Reparemos también, al menos por un instante, en el descenso del número de pleitos en determinadas jurisdicciones desde que Ruiz – Gallardón aplica sus tasas judiciales y limitó el derecho de todos los ciudadanos a una tutela judicial efectiva. Pensemos también en el retroceso de décadas que representará para las mujeres de este país la reforma de la ley del aborto, eso sí, a mayor satisfacción de una reaccionaria Iglesia Católica de la que el ministro de Justicia parece recibir la inspiración legislativa.

También nos vienen a la cabeza los jóvenes que han tenido que abandonar sus estudios porque el ministerio obliga a subir las tasas, les paga las cada vez más raquíticas becas cuando el curso está a punto de terminar y además anuncia que se lo irá poniendo un poco más difícil a los que aspiren a conseguir una ayuda a partir de ahora. No contento aún el incalificable ministro Wert con convertir el derecho a la educación en una carrera por la excelencia de los más pudientes, lanza ahora el globo sonda de cambiar becas por préstamos que los alumnos tendrán que devolver cuando encuentren un trabajo, una utopía cada vez más lejana para la inmensa mayoría de jóvenes de este país a los que sólo les va quedando la opción de la movilidad exterior.

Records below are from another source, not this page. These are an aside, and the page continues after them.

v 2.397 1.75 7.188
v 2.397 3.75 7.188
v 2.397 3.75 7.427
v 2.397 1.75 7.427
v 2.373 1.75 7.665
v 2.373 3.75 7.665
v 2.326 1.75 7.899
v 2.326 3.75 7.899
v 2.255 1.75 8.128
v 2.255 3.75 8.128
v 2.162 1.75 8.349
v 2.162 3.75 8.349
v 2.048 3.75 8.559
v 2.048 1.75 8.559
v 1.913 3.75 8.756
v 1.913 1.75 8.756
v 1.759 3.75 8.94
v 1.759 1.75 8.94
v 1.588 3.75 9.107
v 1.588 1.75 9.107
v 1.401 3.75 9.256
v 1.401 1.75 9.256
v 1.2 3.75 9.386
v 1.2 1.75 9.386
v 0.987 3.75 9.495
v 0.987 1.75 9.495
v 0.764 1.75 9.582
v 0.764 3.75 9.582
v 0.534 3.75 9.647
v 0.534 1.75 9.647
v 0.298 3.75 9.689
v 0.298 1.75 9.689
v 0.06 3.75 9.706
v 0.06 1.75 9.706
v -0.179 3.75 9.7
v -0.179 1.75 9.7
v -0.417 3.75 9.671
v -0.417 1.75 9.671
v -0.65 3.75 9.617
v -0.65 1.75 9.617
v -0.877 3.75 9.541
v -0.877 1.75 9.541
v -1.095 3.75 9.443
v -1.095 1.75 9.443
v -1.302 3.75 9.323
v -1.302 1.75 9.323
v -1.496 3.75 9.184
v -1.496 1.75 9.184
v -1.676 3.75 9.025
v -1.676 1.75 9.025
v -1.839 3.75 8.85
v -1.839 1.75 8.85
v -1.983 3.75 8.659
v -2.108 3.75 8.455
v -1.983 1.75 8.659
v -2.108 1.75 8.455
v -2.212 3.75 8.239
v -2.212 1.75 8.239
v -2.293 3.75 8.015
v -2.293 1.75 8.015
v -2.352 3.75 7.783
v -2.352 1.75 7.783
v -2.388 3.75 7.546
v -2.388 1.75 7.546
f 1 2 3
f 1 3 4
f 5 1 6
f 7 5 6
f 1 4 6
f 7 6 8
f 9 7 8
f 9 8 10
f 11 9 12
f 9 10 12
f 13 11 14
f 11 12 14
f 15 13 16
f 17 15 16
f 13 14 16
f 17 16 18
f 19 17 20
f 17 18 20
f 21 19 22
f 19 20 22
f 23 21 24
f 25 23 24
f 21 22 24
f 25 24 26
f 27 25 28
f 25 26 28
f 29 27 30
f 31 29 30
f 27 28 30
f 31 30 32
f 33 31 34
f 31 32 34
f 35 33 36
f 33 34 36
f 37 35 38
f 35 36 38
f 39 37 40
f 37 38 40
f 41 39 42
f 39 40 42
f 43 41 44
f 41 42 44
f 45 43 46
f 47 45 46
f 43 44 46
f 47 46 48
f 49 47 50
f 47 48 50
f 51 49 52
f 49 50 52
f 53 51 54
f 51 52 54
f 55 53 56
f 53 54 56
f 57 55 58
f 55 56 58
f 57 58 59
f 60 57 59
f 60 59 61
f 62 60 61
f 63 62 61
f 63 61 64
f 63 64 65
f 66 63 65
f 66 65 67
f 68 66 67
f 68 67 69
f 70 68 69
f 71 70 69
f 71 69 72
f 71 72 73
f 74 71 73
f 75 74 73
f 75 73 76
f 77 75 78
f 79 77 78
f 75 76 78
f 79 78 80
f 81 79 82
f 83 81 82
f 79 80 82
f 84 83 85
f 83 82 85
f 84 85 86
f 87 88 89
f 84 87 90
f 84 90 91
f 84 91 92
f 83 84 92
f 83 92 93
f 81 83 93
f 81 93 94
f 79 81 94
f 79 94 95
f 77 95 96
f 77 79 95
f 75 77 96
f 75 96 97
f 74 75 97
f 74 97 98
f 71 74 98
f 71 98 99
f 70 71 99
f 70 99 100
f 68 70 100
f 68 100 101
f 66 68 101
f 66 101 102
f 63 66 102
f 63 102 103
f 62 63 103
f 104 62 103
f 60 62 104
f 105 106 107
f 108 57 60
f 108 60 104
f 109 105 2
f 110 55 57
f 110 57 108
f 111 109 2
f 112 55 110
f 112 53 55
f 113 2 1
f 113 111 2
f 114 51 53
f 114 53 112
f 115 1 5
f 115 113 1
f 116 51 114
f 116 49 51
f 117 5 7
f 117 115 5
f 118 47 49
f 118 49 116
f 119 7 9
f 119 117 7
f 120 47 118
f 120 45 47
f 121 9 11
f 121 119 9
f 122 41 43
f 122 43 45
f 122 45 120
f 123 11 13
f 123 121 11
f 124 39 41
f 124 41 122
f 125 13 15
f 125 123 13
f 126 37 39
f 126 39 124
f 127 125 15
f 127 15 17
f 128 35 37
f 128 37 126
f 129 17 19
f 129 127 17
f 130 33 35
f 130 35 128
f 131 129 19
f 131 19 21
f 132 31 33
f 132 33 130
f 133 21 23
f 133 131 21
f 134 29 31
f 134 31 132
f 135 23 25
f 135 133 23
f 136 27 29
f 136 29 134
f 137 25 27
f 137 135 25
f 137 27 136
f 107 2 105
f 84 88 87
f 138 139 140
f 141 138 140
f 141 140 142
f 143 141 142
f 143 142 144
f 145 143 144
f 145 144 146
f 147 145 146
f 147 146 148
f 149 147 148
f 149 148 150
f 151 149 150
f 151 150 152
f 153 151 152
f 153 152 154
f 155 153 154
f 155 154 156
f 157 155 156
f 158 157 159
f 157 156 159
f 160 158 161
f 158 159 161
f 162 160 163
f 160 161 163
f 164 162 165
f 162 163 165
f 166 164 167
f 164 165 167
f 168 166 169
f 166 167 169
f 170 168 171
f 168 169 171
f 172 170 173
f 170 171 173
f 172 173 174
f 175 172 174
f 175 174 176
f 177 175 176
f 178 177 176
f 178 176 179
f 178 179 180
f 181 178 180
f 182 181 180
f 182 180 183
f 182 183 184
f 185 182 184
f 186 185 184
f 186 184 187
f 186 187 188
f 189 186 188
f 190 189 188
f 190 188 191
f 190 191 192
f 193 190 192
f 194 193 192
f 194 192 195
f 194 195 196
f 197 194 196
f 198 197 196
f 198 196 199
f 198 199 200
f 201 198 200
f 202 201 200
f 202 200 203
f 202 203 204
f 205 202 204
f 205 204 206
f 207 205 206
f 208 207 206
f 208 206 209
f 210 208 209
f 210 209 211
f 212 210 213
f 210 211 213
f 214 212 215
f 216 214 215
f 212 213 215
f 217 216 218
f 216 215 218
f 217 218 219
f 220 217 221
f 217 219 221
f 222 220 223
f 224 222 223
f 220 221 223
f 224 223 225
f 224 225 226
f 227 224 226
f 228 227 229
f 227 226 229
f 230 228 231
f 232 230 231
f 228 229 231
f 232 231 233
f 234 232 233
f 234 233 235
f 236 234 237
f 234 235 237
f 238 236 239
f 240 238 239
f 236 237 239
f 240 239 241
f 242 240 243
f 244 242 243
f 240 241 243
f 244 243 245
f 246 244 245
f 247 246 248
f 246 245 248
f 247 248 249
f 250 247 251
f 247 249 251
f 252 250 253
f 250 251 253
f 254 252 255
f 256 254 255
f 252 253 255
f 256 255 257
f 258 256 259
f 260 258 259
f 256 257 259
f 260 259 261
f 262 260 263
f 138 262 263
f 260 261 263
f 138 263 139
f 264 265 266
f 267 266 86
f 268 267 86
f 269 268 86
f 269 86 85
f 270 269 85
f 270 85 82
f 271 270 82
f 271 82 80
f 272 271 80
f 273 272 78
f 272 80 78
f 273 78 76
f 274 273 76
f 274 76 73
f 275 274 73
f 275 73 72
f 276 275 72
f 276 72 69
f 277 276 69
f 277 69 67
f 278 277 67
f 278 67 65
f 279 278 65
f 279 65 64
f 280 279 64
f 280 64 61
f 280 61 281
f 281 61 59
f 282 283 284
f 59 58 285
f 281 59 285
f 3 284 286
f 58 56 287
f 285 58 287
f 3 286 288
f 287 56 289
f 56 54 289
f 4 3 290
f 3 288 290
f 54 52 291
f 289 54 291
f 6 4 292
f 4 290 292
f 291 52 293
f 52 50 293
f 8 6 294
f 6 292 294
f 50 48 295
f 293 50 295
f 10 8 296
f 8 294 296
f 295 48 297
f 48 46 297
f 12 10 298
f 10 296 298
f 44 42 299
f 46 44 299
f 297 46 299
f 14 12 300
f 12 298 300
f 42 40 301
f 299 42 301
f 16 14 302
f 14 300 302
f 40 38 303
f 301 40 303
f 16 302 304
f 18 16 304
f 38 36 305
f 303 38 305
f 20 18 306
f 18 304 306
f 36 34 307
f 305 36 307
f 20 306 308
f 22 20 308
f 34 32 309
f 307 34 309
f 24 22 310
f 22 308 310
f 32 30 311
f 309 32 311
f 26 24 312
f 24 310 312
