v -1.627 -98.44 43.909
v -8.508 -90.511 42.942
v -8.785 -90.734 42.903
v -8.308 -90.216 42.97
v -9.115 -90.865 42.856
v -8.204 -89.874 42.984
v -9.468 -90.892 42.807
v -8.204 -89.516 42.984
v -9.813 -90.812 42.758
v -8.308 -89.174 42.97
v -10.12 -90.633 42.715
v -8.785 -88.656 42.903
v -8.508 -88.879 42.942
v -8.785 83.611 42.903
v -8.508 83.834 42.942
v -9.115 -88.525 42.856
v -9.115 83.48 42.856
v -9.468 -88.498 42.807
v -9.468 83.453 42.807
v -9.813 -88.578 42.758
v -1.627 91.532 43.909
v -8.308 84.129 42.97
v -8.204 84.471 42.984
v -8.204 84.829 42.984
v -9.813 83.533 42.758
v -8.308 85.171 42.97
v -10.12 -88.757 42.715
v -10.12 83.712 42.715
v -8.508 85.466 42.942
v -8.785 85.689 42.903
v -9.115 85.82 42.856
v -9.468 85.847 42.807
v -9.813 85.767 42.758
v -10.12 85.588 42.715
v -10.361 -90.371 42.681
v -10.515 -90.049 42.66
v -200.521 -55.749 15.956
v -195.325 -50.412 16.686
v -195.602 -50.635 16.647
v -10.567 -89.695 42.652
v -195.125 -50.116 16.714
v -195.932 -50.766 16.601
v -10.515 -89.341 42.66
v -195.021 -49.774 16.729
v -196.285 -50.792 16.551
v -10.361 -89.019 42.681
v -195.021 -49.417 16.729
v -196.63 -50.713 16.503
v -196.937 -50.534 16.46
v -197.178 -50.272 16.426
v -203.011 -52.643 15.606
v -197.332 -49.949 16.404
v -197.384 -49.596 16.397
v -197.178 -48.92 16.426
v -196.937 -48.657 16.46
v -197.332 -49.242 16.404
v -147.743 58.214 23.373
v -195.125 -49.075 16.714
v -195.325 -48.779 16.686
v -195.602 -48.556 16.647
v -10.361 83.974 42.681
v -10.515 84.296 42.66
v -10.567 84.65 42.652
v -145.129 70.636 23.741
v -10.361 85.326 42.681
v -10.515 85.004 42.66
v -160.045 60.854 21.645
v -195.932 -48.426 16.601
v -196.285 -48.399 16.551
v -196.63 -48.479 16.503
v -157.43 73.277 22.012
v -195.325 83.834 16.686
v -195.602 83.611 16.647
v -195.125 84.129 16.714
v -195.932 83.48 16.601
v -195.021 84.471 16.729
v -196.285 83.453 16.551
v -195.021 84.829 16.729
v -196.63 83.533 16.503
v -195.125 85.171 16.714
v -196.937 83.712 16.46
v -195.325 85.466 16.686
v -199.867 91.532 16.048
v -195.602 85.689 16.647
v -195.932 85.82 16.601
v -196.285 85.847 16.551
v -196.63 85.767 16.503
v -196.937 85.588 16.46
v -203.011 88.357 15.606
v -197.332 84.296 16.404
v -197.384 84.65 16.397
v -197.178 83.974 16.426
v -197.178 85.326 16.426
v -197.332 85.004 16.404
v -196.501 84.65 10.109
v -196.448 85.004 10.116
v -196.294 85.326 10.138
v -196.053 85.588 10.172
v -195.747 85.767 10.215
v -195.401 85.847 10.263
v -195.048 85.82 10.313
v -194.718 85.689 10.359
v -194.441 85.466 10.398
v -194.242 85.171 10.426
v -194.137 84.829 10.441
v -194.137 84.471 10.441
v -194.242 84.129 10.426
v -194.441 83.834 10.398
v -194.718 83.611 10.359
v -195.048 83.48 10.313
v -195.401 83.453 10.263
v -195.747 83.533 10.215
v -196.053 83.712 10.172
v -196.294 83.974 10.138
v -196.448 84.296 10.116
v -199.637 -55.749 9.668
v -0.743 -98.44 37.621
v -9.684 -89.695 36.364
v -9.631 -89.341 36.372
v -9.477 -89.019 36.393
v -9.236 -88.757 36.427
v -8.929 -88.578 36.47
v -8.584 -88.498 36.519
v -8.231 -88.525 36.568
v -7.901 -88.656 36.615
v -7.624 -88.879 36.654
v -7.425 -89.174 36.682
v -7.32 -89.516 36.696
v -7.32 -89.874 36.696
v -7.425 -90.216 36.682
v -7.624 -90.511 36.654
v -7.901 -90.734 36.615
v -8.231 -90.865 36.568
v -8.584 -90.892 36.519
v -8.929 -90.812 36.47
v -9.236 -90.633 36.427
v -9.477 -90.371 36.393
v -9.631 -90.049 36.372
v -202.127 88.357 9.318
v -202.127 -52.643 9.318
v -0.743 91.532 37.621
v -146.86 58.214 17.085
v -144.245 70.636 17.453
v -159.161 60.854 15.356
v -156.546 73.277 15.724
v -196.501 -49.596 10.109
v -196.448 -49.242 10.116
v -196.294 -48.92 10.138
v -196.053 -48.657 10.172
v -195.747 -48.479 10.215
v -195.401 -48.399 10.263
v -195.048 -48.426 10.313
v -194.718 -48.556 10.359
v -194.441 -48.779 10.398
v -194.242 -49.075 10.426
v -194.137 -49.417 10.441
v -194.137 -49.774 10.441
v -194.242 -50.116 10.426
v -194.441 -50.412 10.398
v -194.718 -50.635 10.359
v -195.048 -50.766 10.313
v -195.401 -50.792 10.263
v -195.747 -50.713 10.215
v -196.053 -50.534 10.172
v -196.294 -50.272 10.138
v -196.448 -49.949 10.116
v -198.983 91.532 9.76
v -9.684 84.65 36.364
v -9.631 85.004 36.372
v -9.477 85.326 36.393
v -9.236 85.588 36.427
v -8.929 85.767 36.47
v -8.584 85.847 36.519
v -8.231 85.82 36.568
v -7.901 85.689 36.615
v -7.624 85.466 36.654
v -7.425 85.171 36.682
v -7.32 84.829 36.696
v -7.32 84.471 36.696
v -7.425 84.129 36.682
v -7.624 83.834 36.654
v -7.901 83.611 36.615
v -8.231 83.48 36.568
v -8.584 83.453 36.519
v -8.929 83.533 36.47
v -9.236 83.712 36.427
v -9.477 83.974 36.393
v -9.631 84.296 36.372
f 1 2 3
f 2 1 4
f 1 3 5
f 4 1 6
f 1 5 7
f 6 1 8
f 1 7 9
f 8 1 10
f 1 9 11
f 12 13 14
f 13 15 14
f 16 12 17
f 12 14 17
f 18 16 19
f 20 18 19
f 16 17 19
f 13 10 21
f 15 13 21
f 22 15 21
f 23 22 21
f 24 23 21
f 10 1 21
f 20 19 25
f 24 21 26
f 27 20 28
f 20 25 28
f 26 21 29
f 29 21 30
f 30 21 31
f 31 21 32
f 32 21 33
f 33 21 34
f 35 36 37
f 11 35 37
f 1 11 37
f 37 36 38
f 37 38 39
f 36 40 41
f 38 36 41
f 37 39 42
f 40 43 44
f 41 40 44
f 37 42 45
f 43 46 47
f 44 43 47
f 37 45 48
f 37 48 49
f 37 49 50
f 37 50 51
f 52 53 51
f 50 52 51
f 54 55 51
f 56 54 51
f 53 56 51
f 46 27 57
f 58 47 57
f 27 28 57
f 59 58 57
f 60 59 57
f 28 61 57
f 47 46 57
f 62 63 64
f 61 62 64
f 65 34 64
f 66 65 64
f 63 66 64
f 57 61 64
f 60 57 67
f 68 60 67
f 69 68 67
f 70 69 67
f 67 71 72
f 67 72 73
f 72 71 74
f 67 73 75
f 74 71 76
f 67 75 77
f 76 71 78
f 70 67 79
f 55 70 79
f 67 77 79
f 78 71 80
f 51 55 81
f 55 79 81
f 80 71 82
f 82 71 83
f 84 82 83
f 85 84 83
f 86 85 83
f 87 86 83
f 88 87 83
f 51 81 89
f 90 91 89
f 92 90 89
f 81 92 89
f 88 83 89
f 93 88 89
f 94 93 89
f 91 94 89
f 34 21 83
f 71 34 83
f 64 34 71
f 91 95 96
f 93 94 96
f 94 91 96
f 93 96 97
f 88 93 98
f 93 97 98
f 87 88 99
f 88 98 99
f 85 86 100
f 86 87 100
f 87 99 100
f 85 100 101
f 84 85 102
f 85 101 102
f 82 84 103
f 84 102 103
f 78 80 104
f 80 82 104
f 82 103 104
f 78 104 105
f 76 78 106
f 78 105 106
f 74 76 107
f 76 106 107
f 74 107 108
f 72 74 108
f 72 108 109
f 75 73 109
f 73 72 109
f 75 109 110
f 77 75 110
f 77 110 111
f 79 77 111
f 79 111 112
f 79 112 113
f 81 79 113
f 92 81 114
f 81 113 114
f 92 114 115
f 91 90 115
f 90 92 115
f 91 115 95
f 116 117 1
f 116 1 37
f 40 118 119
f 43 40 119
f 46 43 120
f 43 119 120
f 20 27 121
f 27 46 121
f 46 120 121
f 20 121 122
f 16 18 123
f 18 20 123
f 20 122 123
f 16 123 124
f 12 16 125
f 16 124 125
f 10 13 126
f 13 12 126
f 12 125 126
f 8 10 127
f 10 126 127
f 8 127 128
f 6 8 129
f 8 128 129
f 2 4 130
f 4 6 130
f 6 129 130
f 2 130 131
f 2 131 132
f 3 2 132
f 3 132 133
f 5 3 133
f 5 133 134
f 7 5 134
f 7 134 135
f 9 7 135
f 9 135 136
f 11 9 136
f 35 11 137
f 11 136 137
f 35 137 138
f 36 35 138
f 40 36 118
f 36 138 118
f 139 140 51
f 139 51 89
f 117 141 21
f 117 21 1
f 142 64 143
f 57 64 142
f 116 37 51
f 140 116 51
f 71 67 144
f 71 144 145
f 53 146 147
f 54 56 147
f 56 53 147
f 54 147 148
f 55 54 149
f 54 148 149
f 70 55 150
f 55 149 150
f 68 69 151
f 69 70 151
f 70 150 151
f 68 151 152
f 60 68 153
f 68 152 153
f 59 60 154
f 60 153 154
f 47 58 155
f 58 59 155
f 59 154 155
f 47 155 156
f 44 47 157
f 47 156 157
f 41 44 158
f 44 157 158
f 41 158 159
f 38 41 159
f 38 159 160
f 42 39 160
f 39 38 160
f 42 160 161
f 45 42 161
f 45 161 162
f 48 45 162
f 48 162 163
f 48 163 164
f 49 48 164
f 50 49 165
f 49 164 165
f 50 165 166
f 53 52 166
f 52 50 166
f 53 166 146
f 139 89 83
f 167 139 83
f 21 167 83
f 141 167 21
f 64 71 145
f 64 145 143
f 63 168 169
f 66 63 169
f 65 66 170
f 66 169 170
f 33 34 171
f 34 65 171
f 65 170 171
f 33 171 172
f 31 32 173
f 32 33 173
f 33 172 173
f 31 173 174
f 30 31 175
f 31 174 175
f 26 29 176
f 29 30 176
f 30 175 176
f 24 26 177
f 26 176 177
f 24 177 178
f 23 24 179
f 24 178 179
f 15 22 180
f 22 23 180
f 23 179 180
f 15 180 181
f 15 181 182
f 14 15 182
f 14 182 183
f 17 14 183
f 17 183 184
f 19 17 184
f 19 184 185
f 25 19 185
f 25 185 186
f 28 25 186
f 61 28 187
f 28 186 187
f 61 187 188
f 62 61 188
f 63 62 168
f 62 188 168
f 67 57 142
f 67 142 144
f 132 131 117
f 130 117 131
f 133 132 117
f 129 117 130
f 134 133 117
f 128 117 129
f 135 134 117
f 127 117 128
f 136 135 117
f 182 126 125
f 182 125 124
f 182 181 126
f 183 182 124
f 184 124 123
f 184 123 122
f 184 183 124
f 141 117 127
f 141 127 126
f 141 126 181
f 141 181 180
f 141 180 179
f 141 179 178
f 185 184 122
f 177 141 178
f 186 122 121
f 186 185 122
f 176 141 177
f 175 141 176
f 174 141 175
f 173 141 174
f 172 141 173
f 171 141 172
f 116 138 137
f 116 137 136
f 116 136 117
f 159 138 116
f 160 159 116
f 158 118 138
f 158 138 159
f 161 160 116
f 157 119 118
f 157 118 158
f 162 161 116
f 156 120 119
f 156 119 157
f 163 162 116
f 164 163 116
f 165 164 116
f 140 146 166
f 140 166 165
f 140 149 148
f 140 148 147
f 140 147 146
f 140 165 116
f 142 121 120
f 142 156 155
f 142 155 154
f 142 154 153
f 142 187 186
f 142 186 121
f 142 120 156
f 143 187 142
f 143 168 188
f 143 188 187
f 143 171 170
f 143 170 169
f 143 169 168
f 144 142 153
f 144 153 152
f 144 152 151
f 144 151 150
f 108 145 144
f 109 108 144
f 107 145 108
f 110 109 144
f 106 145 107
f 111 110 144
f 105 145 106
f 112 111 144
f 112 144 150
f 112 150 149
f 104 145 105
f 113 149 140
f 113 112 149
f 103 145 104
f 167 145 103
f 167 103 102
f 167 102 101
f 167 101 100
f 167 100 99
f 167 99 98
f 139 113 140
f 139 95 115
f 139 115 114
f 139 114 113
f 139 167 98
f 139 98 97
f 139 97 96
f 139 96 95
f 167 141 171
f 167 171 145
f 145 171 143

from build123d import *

# Parameters (mm, degrees)
EXTRUDE018_DEPTH                          = 25.4
EXTRUDE018_ONTO_SKETCH024_PLACEMENT_ANGLE = 8
SKETCH018_AS_DRAWN_R                      = 1.2
EXTRUDE009_DEPTH                          = 7.8
EXTRUDE009_ONTO_SKETCH018_PLACEMENT_ANGLE = 8
EXTRUDE012_DEPTH                          = 6.35
EXTRUDE012_ONTO_SKETCH021_PLACEMENT_ANGLE = 8


with BuildPart() as reset_switch_hole:
    # Sketch024 as drawn → Extrude018 (new, symmetric)
    with BuildSketch(Plane.XY):
        Polygon((-152.83455, 73.27651), (-140.412076, 70.636031), (-143.052554, 58.213557), (-155.475029, 60.854035), align=None)
    extrude(amount=EXTRUDE018_DEPTH, both=True)


with BuildPart() as reset_switch_hole_1:
    # Extrude018 onto Sketch024 placement: moved
    add(reset_switch_hole.part.moved(Location((-7.384231, 0, 52.541536))).rotate(Axis((-7.384231, 0, 52.541536), (0, -1, 0)), EXTRUDE018_ONTO_SKETCH024_PLACEMENT_ANGLE))


with BuildPart() as screw_hole_cuts:
    # Sketch018 as drawn → Extrude009 (new)
    with BuildSketch(Plane.XY):
        with Locations((-31.998318, 84.649891)):
            Circle(SKETCH018_AS_DRAWN_R)
        with Locations((-31.998318, -89.695043)):
            Circle(SKETCH018_AS_DRAWN_R)
        with Locations((156.654735, -49.595599)):
            Circle(SKETCH018_AS_DRAWN_R)
        with Locations((156.654735, 84.649891)):
            Circle(SKETCH018_AS_DRAWN_R)
    extrude(amount=EXTRUDE009_DEPTH)


with BuildPart() as screw_hole_cuts_1:
    # Extrude009 onto Sketch018 placement: moved
    add(screw_hole_cuts.part.moved(Location((39.98734, 0, 30.691416))).rotate(Axis((39.98734, 0, 30.691416), (0, 1, 0)), EXTRUDE009_ONTO_SKETCH018_PLACEMENT_ANGLE))


with BuildPart() as right_top_solid_w_screw_holes:
    # Sketch021 as drawn → Extrude012 (new)
    with BuildSketch(Plane.XY):
        Polygon((-39.826537, 91.531891), (-39.826537, -98.44048), (161.021837, -55.74884), (163.536735, -52.643218), (163.536735, 88.356895), (160.361736, 91.531891), align=None)
    extrude(amount=EXTRUDE012_DEPTH)


with BuildPart() as right_top_solid_w_screw_holes_1:
    # Extrude012 onto Sketch021 placement: moved
    add(right_top_solid_w_screw_holes.part.moved(Location((40.182182, 0, 32.077791))).rotate(Axis((40.182182, 0, 32.077791), (0, 1, 0)), EXTRUDE012_ONTO_SKETCH021_PLACEMENT_ANGLE))

    # Cut004: cut Screw Hole Cuts
    add(screw_hole_cuts_1.part, mode=Mode.SUBTRACT)


with BuildPart() as cut013:
    # Part__Mirroring002: instance of Right Top Solid w/ Screw Holes
    add(right_top_solid_w_screw_holes_1.part.mirror(Plane(origin=(0, 0, 0), x_dir=(0, -1, 0), z_dir=(1, 0, 0))))

    # Cut013: cut Reset Switch Hole
    add(reset_switch_hole_1.part, mode=Mode.SUBTRACT)


solid = cut013.part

Nunca hubo crisis para los ricos

Y así en todos los ámbitos: las grandes fortunas de este país, que junto con las grandes corporaciones siguen evadiendo impuestos o colocando sus jugosas rentas en las SICAVS que nadie se atreve a tocar, han recuperado ya el nivel de ingresos anterior a la crisis. ¿Alguien se puede extrañar por ello y por el hecho de que España sea desde hace tiempo el segundo país de la UE con mayor índice de desigualdad y de que dentro del propio país haya escandalosas diferencias de renta entre comunidades autónomas? En paralelo y después de una salvaje reforma laboral que dejó a los trabajadores a los pies de unos empresarios que aún piden más sangre, los salarios continúan a la baja porque eso es bueno para la competitividad del país, según los iluminados profetas del rampante ultraliberalismo.

Esa patológica obsesión por la competitividad supone al mismo tiempo la congelación del consumo interno, la caída de la inversión y la destrucción de más empleo, aunque eso no lo suelen destacar esos profetas. Tampoco que el poco empleo que se crea se hace en condiciones cada vez más precarias y no sin que antes el gobierno subvencione generosamente cotizaciones empresariales y someta a los jóvenes que buscan su primer empleo a situaciones que bordean la indignidad más absoluta.

Hedor a corrupción

Este premeditado ataque contra el estado del bienestar en todos sus frentes se acompaña en España de un intenso hedor a corrupción por falta de regeneración y ventilación democráticas que se extiende desde las instituciones más altas del Estado hasta las más bajas y que alcanza en mayor o menor medida a poderes públicos, partidos políticos, sindicatos o empresas privadas y públicas. Sin embargo, contra esta carcoma democrática nadie habla en serio de reformas de calado ni de ajustes ni de recortes, sólo se proponen placebos mientras la metástasis avanza imparable.

Así las cosas, quienes quieran creer en los cantos celestiales de la recuperación económica que se empeña en vender el Gobierno que llegó para derruir el estado del bienestar hasta los cimientos con la excusa de luchar contra la crisis, están en su derecho a hacerlo. En cambio, para la inmensa mayoría de los ciudadanos de este país no hay nada en el panorama económico, social y político de España que permita emplear ese término con la más mínima propiedad. En ellos reside la única esperanza de que la crisis no siga siendo la coartada perfecta para vender en almoneda lo que tanto ha costado a tantos durante tanto tiempo.